Two days later, I started to shelter in place. That was on March 10th.
I don’t say that to depress anyone. It’s just the God’s honest truth. And a rather ironic one for someone who hadn’t really felt like dating for a while. But the opportunity was a rare one— Sheila was a gorgeous artist who I clicked with over some excellent whiskey after a fundraiser. So after a few hours of being a shy bi, I decided to go for it and just ask her out.
Sheila said yes. And she’s an exceptionally lovely person. But she wasn’t for me.
Maybe this pandemic couldn’t have been predicted (or at least, oh, I don’t know, contained more with intervention months earlier), but I don’t think anyone could have guessed what this global trauma would do to everyone’s psyche. Unless you’re an epidemiologist/psychiatrist. (If that’s the case: call me.) What has surprised me the most is the deep desire for people to keep (virtually) dating during this crisis.
And my bi dating life has never been more active.
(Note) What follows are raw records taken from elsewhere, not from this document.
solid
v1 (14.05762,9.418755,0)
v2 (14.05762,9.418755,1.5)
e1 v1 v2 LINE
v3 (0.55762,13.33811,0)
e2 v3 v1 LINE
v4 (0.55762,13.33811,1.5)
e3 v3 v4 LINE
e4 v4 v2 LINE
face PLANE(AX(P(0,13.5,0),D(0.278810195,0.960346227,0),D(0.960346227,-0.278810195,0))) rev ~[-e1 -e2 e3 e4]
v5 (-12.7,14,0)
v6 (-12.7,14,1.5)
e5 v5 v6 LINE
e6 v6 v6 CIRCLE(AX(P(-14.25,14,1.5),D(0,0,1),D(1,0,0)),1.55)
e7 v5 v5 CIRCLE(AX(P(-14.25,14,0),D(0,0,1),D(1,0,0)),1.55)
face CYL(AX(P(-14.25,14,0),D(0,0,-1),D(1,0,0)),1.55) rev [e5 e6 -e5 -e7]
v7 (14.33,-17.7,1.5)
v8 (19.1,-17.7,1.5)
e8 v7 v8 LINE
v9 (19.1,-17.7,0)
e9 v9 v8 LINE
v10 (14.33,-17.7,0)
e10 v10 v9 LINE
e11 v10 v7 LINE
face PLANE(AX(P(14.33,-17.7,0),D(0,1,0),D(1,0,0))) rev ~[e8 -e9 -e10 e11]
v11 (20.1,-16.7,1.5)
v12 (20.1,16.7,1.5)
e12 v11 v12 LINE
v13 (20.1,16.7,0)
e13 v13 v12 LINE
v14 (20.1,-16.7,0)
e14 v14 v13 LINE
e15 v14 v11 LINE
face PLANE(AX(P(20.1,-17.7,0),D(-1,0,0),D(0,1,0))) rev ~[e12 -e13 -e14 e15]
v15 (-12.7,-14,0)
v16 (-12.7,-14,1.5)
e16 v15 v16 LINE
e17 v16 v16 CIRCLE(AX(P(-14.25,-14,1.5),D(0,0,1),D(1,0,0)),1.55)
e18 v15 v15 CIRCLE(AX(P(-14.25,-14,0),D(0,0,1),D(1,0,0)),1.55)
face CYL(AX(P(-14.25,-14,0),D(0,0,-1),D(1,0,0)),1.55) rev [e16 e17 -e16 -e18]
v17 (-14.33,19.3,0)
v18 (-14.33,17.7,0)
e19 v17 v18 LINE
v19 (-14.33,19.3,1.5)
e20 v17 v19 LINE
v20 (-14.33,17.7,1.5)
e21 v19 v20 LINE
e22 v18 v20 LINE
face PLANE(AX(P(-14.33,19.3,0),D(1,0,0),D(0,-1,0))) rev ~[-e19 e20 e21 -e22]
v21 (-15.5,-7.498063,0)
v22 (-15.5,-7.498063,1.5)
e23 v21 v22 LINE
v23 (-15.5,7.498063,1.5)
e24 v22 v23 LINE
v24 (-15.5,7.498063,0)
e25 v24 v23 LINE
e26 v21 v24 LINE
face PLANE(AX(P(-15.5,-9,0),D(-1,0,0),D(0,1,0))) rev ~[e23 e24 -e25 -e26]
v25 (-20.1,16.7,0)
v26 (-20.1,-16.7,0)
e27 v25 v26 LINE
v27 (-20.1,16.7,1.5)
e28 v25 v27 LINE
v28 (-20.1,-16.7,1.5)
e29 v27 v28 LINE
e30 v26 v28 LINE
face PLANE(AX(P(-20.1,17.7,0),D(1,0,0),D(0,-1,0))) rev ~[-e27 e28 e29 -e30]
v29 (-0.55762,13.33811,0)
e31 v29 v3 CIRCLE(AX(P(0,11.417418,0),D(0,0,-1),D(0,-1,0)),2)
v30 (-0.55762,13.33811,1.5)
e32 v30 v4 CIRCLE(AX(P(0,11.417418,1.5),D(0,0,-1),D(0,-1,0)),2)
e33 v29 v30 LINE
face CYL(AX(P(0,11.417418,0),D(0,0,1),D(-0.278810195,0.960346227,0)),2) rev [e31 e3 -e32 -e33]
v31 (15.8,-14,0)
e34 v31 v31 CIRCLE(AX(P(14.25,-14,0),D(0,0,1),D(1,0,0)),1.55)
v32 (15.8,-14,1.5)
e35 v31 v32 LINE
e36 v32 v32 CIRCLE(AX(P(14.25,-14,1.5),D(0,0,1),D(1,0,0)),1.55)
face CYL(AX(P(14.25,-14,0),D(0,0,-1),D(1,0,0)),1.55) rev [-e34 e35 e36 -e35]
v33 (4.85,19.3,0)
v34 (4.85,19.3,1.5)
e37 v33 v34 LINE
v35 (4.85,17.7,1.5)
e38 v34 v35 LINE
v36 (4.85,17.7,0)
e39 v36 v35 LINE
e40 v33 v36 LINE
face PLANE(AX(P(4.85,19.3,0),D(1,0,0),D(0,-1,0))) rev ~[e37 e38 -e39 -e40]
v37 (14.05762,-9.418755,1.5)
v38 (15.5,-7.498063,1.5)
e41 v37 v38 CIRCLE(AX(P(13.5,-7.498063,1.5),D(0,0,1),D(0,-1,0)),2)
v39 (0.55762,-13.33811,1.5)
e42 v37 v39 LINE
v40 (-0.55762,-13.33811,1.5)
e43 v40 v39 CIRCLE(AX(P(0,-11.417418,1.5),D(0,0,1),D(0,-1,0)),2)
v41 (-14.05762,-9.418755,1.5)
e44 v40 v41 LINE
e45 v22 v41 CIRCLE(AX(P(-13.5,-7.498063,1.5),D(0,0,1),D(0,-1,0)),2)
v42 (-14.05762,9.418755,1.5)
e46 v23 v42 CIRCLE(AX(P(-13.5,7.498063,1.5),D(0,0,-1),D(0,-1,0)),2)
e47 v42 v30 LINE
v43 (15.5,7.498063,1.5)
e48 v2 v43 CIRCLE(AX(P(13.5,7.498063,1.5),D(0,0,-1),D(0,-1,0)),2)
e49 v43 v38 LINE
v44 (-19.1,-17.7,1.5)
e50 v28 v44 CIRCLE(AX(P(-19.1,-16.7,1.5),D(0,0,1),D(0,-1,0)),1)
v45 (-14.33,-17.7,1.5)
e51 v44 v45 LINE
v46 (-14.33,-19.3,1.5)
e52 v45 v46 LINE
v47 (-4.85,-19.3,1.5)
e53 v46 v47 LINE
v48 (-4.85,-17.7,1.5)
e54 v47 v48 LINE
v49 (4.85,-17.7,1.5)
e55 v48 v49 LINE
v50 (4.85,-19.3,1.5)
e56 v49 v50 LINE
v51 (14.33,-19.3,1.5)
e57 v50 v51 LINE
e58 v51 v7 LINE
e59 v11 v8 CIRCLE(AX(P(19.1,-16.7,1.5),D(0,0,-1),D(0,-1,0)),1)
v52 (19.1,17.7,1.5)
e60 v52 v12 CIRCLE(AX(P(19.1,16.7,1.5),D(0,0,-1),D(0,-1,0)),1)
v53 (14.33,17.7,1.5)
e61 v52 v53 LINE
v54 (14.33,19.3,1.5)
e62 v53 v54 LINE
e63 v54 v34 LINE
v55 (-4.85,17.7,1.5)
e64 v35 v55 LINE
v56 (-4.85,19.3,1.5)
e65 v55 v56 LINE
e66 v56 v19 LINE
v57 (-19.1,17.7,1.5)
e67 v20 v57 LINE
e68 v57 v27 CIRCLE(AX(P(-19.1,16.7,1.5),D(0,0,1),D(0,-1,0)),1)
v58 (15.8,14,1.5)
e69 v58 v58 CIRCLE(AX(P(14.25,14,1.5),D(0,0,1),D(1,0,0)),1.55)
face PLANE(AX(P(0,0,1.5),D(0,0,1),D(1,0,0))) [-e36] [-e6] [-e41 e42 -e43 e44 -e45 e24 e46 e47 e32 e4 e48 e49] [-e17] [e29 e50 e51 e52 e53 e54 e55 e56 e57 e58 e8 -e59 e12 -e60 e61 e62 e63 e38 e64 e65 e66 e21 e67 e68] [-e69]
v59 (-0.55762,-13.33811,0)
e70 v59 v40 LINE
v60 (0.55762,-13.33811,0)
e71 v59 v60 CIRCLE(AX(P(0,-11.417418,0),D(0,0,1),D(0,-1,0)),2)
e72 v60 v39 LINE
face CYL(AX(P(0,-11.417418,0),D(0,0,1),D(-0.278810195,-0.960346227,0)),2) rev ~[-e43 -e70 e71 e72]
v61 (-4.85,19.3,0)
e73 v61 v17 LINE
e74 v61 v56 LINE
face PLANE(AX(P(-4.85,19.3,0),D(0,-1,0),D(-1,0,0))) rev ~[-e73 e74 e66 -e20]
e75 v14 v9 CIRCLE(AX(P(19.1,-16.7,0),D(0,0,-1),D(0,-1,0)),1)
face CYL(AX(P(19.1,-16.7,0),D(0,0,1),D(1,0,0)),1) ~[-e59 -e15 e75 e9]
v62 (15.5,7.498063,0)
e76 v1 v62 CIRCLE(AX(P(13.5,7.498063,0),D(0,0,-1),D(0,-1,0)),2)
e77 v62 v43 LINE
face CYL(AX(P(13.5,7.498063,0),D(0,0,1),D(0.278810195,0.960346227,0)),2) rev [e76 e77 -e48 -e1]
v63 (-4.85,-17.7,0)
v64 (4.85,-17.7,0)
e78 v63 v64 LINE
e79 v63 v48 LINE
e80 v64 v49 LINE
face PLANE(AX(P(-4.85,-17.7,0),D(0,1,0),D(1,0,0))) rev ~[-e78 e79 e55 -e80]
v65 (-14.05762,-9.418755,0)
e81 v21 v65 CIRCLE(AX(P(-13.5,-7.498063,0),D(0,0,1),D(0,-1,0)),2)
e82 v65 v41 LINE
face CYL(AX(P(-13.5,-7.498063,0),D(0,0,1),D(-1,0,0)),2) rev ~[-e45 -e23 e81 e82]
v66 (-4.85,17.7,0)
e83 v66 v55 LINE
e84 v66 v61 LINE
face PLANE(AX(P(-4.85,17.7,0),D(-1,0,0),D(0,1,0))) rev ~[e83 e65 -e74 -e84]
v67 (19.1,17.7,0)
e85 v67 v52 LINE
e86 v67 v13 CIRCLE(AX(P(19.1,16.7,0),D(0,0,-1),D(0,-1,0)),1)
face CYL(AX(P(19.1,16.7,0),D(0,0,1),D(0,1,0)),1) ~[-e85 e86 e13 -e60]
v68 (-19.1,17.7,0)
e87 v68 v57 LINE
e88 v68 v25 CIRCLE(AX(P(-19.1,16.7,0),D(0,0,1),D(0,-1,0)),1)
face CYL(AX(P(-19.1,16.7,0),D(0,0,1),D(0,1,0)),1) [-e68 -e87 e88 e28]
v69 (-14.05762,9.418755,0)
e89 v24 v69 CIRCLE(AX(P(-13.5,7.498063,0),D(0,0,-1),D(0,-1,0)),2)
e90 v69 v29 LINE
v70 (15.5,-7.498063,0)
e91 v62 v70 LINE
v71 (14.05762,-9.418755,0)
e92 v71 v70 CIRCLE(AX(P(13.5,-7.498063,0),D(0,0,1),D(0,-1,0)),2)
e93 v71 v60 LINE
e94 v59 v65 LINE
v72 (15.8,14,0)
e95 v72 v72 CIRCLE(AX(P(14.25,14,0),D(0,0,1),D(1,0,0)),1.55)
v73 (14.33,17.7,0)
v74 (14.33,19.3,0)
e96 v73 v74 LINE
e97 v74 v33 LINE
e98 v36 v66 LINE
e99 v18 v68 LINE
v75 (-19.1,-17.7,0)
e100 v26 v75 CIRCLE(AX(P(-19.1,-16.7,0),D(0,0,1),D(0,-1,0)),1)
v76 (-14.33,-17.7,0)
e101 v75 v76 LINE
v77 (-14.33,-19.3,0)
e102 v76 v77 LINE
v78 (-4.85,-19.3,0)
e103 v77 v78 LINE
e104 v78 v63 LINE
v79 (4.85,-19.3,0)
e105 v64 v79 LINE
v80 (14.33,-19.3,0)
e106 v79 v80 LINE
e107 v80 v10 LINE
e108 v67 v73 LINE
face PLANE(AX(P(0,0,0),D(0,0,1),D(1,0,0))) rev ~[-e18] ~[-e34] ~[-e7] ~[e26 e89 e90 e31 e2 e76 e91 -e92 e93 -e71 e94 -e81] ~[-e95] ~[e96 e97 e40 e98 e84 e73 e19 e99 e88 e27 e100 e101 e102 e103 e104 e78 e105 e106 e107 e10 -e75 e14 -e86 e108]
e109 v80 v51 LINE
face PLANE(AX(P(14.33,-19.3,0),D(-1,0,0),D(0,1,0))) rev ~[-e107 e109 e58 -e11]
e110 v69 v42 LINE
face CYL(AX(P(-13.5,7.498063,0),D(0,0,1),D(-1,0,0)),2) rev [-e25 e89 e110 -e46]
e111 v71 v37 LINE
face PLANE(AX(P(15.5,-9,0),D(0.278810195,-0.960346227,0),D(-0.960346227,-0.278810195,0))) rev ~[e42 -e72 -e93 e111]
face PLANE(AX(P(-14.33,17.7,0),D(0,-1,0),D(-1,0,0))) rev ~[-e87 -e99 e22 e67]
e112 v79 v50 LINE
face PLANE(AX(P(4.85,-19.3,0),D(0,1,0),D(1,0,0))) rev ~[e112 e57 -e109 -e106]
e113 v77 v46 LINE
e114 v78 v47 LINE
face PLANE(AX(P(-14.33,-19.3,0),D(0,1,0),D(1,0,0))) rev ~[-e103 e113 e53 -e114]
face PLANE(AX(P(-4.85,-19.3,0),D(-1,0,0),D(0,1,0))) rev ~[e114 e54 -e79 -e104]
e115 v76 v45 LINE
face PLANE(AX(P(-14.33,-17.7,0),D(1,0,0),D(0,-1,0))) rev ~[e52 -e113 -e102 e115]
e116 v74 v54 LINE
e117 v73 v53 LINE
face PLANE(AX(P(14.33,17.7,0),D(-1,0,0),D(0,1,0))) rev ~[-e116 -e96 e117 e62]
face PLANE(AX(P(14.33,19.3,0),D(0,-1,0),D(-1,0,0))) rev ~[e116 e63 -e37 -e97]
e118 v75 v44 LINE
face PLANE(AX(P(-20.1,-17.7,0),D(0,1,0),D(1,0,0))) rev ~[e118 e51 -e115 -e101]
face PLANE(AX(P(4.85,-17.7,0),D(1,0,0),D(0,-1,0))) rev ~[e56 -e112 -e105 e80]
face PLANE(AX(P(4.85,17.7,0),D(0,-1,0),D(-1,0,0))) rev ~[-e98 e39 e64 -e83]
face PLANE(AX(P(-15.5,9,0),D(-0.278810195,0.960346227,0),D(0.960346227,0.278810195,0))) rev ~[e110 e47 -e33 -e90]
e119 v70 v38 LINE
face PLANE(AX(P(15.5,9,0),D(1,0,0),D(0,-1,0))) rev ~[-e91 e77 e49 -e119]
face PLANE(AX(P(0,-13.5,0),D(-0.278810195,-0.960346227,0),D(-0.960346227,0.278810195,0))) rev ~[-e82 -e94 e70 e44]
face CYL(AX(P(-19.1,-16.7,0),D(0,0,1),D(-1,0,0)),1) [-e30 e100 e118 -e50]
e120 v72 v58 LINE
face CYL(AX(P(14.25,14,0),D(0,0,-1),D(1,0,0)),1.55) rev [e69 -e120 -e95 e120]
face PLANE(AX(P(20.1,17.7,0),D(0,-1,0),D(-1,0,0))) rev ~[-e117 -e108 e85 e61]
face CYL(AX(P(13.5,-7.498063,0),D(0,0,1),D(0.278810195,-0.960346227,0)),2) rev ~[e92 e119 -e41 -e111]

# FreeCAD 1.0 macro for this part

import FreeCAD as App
import Part
import Sketcher


def edges_at(feature, points):
    """Names of the edges that pass closest to the given points."""
    edges = feature.Shape.Edges
    near = lambda p: min(range(len(edges)), key=lambda i: edges[i].distToShape(Part.Vertex(*p))[0])
    return sorted({f"Edge{near(p) + 1}" for p in points})

doc = App.newDocument("Part")
params = doc.addObject("Spreadsheet::Sheet", "Params")
for row, (alias, value) in enumerate([
    ("sketch1_diameter", "3.1 mm"),
    ("sketch1_height", "18 mm"),
    ("sketch1_width", "9.7 mm"),
    ("sketch1_height2", "35.4 mm"),
    ("sketch1_height3", "1.6 mm"),
    ("pad1_length", "1.5 mm"),
    ("fillet_radius", "2 mm"),
    ("fillet2_radius", "1 mm"),
], start=1):
    params.set(f"A{row}", alias)
    params.set(f"B{row}", "=" + value)
    params.setAlias(f"B{row}", alias)

body = doc.addObject("PartDesign::Body", "Body")

# Sketch on XY plane
sketch1 = body.newObject("Sketcher::SketchObject", "Sketch")
sketch1.AttachmentSupport = (doc.getObject("XY_Plane"), [""])
sketch1.MapMode = "FlatFace"
sketch1.addGeometry([
    Part.LineSegment(App.Vector(-14.33, 17.7, 0), App.Vector(-20.1, 17.7, 0)),  # 0
    Part.LineSegment(App.Vector(-20.1, 17.7, 0), App.Vector(-20.1, -17.7, 0)),  # 1
    Part.LineSegment(App.Vector(-20.1, -17.7, 0), App.Vector(-14.33, -17.7, 0)),  # 2
    Part.LineSegment(App.Vector(-14.33, -17.7, 0), App.Vector(-14.33, -19.3, 0)),  # 3
    Part.LineSegment(App.Vector(-14.33, -19.3, 0), App.Vector(-4.85, -19.3, 0)),  # 4
    Part.LineSegment(App.Vector(-4.85, -19.3, 0), App.Vector(-4.85, -17.7, 0)),  # 5
    Part.LineSegment(App.Vector(-4.85, -17.7, 0), App.Vector(4.85, -17.7, 0)),  # 6
    Part.LineSegment(App.Vector(4.85, -17.7, 0), App.Vector(4.85, -19.3, 0)),  # 7
    Part.LineSegment(App.Vector(4.85, -19.3, 0), App.Vector(14.33, -19.3, 0)),  # 8
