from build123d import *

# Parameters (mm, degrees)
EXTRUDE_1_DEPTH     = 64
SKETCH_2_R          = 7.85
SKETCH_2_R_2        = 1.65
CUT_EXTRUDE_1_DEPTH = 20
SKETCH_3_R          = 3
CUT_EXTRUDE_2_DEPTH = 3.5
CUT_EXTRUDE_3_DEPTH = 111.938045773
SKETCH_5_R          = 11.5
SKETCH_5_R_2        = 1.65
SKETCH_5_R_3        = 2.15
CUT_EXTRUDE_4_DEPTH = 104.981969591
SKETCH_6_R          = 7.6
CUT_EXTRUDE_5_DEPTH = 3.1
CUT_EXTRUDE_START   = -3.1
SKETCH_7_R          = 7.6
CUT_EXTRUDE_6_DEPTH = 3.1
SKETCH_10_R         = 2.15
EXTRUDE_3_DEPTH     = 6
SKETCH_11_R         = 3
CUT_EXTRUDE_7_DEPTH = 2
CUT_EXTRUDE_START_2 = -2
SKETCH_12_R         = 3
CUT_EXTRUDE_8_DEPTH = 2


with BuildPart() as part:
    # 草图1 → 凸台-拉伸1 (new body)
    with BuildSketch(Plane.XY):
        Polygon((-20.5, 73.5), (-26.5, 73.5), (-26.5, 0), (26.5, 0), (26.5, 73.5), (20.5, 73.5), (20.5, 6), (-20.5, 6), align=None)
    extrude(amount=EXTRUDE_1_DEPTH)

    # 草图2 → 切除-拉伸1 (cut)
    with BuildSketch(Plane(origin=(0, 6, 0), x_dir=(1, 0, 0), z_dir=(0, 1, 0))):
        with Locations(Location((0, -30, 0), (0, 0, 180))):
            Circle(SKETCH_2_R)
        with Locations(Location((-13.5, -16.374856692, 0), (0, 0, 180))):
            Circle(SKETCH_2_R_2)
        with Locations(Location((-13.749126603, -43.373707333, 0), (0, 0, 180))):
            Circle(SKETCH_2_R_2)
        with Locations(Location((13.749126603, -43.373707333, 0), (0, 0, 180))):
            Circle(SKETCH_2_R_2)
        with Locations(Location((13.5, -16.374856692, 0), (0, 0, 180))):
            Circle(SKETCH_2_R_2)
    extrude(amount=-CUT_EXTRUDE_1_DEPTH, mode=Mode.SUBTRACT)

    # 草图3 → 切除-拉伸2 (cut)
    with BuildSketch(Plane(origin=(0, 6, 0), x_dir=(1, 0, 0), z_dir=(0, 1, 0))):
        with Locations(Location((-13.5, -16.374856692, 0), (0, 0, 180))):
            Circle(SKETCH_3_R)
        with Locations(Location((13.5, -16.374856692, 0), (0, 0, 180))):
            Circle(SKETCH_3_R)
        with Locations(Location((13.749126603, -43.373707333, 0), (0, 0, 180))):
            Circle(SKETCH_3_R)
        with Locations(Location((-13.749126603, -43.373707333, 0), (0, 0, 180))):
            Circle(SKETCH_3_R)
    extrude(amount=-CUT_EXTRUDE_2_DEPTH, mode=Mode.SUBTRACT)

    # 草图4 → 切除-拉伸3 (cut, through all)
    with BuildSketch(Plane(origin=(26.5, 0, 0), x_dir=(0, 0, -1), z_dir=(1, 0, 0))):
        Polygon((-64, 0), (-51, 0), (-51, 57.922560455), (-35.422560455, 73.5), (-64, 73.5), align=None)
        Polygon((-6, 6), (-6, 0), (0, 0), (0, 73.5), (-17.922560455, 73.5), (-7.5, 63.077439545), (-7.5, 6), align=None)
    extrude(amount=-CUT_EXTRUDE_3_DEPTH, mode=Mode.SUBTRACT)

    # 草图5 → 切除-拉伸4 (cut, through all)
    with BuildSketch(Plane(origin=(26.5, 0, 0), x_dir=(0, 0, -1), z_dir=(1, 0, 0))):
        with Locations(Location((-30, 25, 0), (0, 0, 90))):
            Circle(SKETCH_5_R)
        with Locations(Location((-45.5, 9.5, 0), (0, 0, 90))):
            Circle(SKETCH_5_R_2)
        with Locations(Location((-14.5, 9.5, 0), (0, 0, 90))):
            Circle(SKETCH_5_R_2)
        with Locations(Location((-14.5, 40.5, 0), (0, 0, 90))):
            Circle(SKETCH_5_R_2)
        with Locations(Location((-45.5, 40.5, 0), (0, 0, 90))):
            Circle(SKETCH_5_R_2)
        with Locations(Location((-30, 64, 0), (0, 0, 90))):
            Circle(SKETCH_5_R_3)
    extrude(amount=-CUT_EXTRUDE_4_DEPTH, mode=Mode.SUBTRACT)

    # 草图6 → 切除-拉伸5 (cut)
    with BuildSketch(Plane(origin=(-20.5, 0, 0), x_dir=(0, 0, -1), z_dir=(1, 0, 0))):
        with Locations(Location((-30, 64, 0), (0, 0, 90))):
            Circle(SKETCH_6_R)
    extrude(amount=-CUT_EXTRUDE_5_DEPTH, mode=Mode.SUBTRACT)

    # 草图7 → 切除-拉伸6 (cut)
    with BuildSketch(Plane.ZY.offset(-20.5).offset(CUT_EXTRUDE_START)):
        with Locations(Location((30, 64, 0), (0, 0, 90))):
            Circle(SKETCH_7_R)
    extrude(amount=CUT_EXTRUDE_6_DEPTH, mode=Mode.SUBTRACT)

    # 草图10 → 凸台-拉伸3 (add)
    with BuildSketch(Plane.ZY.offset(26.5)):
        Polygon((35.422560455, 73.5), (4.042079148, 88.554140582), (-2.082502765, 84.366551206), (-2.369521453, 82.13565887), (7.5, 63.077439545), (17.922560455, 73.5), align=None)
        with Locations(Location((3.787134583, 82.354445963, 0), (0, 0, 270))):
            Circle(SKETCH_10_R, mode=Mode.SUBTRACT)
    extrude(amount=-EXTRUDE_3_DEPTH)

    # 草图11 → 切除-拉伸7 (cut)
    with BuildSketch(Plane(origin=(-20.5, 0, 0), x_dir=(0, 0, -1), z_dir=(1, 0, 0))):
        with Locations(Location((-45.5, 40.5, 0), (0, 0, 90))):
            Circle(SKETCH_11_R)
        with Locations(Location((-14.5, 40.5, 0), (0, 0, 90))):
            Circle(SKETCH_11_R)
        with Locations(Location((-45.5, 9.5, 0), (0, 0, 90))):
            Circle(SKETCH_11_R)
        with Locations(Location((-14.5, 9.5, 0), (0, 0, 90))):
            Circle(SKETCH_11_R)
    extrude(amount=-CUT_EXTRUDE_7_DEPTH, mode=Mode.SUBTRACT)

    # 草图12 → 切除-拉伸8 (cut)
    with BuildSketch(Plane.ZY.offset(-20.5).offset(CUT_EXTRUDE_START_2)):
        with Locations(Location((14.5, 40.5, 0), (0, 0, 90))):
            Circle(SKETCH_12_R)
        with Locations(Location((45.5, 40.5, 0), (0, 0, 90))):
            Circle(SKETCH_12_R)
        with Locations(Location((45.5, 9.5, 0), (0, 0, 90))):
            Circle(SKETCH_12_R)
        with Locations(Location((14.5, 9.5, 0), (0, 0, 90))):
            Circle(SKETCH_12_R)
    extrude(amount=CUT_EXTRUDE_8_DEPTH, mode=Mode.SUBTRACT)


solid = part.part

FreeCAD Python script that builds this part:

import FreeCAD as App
import Part
import Sketcher

V = App.Vector
Q = App.Units.Quantity

doc = App.newDocument("Part")
body = doc.addObject("PartDesign::Body", "Body")

# Sketch on XY plane
sketch1 = body.newObject("Sketcher::SketchObject", "Sketch")
sketch1.AttachmentSupport = (doc.getObject("XY_Plane"), [""])
sketch1.MapMode = "FlatFace"
sketch1.addGeometry([
    Part.LineSegment(V(-20, 74, 0), V(-26, 74, 0)),  # 0
    Part.LineSegment(V(-26, 74, 0), V(-26, 0, 0)),  # 1
    Part.LineSegment(V(-26, 0, 0), V(26, 0, 0)),  # 2
    Part.LineSegment(V(26, 0, 0), V(26, 74, 0)),  # 3
    Part.LineSegment(V(26, 74, 0), V(20, 74, 0)),  # 4
    Part.LineSegment(V(20, 74, 0), V(20, 6, 0)),  # 5
    Part.LineSegment(V(20, 6, 0), V(-20, 6, 0)),  # 6
    Part.LineSegment(V(-20, 6, 0), V(-20, 74, 0)),  # 7
], False)
sketch1.addConstraint([
    Sketcher.Constraint("Coincident", 0, 2, 1, 1),
    Sketcher.Constraint("Coincident", 1, 2, 2, 1),
    Sketcher.Constraint("Coincident", 2, 2, 3, 1),
    Sketcher.Constraint("Coincident", 3, 2, 4, 1),
    Sketcher.Constraint("Coincident", 4, 2, 5, 1),
    Sketcher.Constraint("Coincident", 5, 2, 6, 1),
    Sketcher.Constraint("Coincident", 6, 2, 7, 1),
    Sketcher.Constraint("Coincident", 7, 2, 0, 1),
    Sketcher.Constraint("Horizontal", 0),
    Sketcher.Constraint("Vertical", 1),
    Sketcher.Constraint("Horizontal", 2),
    Sketcher.Constraint("Vertical", 3),
    Sketcher.Constraint("Horizontal", 4),
    Sketcher.Constraint("Vertical", 5),
    Sketcher.Constraint("Horizontal", 6),
    Sketcher.Constraint("Vertical", 7),
    Sketcher.Constraint("Symmetric", 1, 2, 2, 2, -1, 1),
    Sketcher.Constraint("Symmetric", 4, 2, 7, 2, -2),
    Sketcher.Constraint("DistanceX", 0, 2, 0, 1, 6.0),
    Sketcher.Constraint("DistanceX", 2, 1, 2, 2, 53.0),
    Sketcher.Constraint("DistanceY", 1, 2, 1, 1, 73.5),
    Sketcher.Constraint("DistanceY", 5, 2, 5, 1, 67.5),
])
pad1 = body.newObject("PartDesign::Pad", "Pad")
pad1.Profile = sketch1
pad1.Length = 64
But the more we look at the psychology behind it, the more this phenomenon makes sense. The apocalyptic hornies are very, very real. Between the heady mix of the fear of death, containment, and a lack of typical ways to let off steam, it makes an awful lot of sense why our digital dance cards are suddenly full. It brings to mind the running gag about relationships borne from intense experiences at the end of Speed. (I’d say SPOILERS, but the movie is almost 30 years old. Also why have you not seen it yet? It’s Die Hard on a bus.)
But the immortal Keanu Reeves has a point. We all need an outlet right now, and you can’t catch COVID from a teleconference call. So hi-ho, hi-ho, it’s off to Zoom we go.
And boy howdy, is it liberating.
And why wouldn’t it be? This form of communication used to be the hallowed land of the corporate world. But just like when Facebook opened up to non-college students, there’s a bottlenecking of video conferencing apps so we get the chance to see another face. Maybe we’re not meeting at a bar, but as long as I got the right supplies on my bi-monthly grocery run, I can fix my favorite cocktail and have a bar at home— and there’s definitely an appeal to that.
A friend of mine remarked she thought dating at this point in history was a wildly optimistic act. I want to “yes and” her point, like a good little improvisation player. Virtual dating right now is optimistic, but it’s also an act of rebellion— a refusal to shut down all forms of daily life because a pathogen forced the planet into a holding pattern. There’s something beautiful about that— something courageous. Life finds a way, rage, rage against the dying of the light, and all that stuff.
There are two sides to this corona coin, though, when it comes to bi dating. On the one hand, it lends courage to try things out I am normally too shy to give a go. I like to joke about perfecting my quarantine thirst traps, but the truth is, I’ve only taken two pictures of myself in my life without my shirt on (due to residual fears about revenge porn and repercussions for my public careers as an actress and a writer).
One photo I sent to a straight ex-boyfriend nearly a decade ago. The other shot went to a new bisexual partner, Jason, back in December. (Remember December? The one that feels like five years ago? In the “before?”) The first shot was headless, but the second one I trusted Jason enough to keep my face in it because I know he’s not the type of person to do anything illicit with the image. (Also I have a running theory that corporations in the not-too-distant-future won’t find lewd photos a fire-able offense because we all went through this together and, well, people have needs.)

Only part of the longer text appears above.